▸ ASSIGNMENT:
The output is the lines below from the one with "e21 v17 v17" through the one with "face CYL(AX(P(0,0,-10),D(0,0,1),D(1,0,0)),0.75) rev", both included, printed exactly and with no other line.

[[ GIVEN DATA, beginning ]]

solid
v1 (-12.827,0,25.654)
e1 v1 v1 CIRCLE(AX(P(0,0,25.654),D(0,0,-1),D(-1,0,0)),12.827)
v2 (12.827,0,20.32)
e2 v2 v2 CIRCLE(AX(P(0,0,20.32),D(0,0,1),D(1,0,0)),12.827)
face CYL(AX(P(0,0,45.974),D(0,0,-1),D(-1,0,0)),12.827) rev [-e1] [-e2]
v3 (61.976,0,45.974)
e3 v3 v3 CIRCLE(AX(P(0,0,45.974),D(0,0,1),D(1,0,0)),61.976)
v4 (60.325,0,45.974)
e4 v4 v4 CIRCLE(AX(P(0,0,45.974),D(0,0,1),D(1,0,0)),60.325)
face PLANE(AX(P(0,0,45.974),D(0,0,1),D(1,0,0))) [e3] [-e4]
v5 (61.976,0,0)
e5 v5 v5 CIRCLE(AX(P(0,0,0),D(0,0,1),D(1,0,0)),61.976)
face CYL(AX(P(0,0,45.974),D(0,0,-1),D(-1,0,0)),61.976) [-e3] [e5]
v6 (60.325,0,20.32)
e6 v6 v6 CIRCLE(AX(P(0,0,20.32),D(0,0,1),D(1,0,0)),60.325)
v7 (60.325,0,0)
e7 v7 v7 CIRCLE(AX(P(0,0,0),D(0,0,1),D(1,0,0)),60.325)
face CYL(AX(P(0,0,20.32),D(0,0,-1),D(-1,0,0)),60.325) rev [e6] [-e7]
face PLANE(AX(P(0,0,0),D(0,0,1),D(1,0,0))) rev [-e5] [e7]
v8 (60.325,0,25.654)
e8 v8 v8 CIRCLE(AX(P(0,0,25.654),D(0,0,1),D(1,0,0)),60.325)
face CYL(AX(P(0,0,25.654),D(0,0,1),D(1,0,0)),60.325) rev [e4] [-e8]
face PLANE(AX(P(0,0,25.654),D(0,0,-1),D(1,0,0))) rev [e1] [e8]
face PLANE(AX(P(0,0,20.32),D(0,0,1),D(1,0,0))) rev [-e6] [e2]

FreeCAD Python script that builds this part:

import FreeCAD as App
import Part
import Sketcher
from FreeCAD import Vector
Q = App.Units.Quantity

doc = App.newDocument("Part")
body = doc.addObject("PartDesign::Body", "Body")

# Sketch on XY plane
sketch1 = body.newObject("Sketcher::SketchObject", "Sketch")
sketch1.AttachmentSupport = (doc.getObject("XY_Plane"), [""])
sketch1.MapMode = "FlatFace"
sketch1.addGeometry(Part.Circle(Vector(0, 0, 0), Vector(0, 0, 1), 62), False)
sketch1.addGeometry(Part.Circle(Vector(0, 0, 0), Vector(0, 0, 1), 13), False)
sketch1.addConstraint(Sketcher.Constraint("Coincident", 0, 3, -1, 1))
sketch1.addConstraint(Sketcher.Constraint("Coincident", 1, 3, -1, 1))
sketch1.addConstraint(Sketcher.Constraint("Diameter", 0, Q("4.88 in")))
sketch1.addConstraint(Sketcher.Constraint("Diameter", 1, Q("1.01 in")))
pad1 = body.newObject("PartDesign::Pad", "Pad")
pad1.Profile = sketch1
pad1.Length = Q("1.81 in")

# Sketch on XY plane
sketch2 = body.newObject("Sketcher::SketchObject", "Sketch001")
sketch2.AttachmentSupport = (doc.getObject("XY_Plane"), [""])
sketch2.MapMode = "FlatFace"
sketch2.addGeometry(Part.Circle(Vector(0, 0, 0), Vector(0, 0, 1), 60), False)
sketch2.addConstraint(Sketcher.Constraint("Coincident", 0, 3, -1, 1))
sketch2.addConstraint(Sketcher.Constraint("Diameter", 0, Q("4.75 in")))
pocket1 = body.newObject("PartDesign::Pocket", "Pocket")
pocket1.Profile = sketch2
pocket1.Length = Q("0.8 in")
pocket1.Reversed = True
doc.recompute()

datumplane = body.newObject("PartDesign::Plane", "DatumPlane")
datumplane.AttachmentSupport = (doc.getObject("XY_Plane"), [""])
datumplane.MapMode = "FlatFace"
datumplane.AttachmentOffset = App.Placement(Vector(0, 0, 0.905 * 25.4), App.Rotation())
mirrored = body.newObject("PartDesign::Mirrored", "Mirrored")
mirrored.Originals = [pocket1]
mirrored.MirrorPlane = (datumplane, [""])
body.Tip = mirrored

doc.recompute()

[[ GIVEN DATA, end ]]
[[ GIVEN DATA, beginning ]]

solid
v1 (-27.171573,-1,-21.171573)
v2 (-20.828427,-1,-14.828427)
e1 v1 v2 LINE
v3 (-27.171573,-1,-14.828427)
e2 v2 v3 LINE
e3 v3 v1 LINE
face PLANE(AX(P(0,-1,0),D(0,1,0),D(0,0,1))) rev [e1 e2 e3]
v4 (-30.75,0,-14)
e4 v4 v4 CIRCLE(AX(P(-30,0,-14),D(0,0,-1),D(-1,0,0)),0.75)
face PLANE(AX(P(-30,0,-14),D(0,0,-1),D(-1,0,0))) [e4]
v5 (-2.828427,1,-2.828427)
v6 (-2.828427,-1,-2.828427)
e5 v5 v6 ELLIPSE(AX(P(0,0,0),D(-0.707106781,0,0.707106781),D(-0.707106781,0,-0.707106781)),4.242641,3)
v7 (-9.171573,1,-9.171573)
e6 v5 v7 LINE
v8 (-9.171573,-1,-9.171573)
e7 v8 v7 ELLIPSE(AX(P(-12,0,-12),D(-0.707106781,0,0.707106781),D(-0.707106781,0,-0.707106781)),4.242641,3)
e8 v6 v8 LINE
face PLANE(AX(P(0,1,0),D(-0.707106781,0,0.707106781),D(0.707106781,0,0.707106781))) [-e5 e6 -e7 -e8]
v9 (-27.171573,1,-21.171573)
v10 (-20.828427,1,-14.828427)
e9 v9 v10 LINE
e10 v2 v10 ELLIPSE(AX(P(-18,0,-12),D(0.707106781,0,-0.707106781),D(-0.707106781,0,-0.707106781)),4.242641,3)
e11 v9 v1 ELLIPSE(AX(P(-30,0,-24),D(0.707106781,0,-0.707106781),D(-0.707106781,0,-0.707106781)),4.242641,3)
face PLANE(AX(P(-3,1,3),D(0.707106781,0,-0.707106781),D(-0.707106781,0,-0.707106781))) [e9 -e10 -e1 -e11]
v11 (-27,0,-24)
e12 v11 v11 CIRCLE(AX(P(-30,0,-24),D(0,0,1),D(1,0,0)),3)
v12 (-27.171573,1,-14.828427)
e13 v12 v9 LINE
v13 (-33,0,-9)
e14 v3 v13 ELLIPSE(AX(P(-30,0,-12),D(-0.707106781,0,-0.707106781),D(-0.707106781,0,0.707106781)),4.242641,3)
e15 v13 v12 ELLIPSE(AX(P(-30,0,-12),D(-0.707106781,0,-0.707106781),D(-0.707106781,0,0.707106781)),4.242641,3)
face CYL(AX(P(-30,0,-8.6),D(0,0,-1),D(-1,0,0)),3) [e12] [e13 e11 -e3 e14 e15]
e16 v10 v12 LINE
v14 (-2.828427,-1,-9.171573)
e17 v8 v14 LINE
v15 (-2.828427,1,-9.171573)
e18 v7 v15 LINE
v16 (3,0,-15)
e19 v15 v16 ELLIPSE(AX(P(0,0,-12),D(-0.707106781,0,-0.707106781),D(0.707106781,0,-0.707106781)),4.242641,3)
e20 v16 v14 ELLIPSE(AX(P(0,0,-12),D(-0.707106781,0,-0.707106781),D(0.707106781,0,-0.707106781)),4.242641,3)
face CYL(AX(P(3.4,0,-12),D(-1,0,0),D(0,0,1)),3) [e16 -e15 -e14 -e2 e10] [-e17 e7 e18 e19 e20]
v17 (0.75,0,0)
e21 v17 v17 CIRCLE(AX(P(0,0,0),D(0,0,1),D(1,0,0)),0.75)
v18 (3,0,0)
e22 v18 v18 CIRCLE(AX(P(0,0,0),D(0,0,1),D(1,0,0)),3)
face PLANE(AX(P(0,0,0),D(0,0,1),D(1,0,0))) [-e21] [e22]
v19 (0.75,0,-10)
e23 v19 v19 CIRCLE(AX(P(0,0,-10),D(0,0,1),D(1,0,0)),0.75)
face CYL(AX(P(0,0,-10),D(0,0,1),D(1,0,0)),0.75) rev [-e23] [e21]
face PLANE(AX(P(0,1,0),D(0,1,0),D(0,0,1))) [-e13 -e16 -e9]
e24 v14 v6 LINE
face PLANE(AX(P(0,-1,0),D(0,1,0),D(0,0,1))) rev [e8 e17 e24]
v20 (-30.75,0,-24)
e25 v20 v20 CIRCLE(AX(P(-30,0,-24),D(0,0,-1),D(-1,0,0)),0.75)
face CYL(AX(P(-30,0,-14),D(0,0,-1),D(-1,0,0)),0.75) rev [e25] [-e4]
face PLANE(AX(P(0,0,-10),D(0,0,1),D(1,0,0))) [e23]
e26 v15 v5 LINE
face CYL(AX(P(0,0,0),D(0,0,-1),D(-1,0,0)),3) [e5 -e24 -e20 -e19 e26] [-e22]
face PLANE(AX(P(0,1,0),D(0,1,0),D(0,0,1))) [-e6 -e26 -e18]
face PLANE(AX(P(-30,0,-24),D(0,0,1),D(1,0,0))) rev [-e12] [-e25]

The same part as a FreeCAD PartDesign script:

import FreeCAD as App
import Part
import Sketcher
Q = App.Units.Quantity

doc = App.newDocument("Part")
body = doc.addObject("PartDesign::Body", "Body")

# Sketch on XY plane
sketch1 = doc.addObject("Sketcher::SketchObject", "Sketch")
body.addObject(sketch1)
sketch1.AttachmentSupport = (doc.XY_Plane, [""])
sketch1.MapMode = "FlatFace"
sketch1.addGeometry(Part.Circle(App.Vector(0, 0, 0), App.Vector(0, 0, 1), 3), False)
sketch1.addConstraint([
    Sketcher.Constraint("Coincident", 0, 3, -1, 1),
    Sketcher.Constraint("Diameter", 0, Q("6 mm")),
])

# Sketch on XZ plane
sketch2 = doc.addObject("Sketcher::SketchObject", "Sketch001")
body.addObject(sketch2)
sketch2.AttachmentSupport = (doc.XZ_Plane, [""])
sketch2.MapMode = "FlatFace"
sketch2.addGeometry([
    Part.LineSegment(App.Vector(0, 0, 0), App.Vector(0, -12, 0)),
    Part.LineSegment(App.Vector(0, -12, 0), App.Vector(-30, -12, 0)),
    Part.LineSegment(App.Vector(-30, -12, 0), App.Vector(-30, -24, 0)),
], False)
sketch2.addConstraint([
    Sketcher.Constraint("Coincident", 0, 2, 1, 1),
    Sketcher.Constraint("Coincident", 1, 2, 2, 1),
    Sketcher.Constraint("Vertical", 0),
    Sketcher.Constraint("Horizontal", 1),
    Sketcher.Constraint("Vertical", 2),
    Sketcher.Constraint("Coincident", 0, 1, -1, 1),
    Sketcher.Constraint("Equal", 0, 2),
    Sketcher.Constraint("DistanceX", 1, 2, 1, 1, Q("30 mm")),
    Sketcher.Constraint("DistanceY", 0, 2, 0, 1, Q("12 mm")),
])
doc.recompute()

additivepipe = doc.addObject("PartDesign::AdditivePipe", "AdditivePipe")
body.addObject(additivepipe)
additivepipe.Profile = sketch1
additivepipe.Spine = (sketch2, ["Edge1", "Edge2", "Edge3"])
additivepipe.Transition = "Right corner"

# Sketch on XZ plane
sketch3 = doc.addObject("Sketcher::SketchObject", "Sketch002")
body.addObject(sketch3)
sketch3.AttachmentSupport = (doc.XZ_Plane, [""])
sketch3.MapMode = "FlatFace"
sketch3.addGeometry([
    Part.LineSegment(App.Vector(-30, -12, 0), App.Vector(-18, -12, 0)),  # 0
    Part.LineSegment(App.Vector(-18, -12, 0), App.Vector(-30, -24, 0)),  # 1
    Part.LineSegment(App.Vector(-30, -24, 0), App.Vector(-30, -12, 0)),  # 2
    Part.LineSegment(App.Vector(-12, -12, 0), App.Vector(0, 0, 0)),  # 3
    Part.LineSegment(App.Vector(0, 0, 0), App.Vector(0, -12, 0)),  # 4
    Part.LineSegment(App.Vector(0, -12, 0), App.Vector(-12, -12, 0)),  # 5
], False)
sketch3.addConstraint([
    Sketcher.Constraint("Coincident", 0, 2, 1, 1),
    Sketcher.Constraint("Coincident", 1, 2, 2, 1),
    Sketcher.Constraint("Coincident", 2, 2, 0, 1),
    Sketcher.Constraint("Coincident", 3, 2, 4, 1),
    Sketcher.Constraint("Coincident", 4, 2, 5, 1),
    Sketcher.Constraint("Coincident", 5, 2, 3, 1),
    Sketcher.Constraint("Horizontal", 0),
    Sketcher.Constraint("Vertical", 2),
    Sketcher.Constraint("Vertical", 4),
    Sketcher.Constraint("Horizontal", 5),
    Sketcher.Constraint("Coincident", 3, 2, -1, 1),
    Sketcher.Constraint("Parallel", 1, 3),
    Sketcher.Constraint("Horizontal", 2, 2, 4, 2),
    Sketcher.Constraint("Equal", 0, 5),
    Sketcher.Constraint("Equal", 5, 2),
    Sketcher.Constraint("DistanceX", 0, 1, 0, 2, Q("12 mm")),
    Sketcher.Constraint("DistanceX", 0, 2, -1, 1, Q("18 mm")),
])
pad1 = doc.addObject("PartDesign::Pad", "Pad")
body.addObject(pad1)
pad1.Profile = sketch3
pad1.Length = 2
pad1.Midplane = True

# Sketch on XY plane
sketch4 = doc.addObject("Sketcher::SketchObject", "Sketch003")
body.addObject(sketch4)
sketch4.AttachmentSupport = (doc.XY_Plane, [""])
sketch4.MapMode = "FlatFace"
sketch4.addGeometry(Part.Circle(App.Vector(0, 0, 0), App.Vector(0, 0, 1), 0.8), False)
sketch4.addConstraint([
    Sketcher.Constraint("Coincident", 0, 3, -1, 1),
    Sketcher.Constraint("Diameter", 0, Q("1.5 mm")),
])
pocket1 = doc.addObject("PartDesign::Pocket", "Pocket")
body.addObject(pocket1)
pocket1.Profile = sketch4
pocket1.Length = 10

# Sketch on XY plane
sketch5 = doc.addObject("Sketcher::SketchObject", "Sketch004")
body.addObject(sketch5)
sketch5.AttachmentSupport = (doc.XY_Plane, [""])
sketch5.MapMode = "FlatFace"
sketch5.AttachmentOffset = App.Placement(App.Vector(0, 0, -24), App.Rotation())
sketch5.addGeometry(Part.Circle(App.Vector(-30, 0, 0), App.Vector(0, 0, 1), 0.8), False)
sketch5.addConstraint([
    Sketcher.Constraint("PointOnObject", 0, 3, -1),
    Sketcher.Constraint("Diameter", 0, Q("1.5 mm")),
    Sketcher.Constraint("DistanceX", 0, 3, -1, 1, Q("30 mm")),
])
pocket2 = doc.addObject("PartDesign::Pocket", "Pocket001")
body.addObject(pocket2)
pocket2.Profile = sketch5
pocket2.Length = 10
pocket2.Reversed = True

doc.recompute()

[[ GIVEN DATA, end ]]

▸ ANSWER FOR THIS EXERCISE:
e21 v17 v17 CIRCLE(AX(P(0,0,0),D(0,0,1),D(1,0,0)),0.75)
v18 (3,0,0)
e22 v18 v18 CIRCLE(AX(P(0,0,0),D(0,0,1),D(1,0,0)),3)
face PLANE(AX(P(0,0,0),D(0,0,1),D(1,0,0))) [-e21] [e22]
v19 (0.75,0,-10)
e23 v19 v19 CIRCLE(AX(P(0,0,-10),D(0,0,1),D(1,0,0)),0.75)
face CYL(AX(P(0,0,-10),D(0,0,1),D(1,0,0)),0.75) rev [-e23] [e21]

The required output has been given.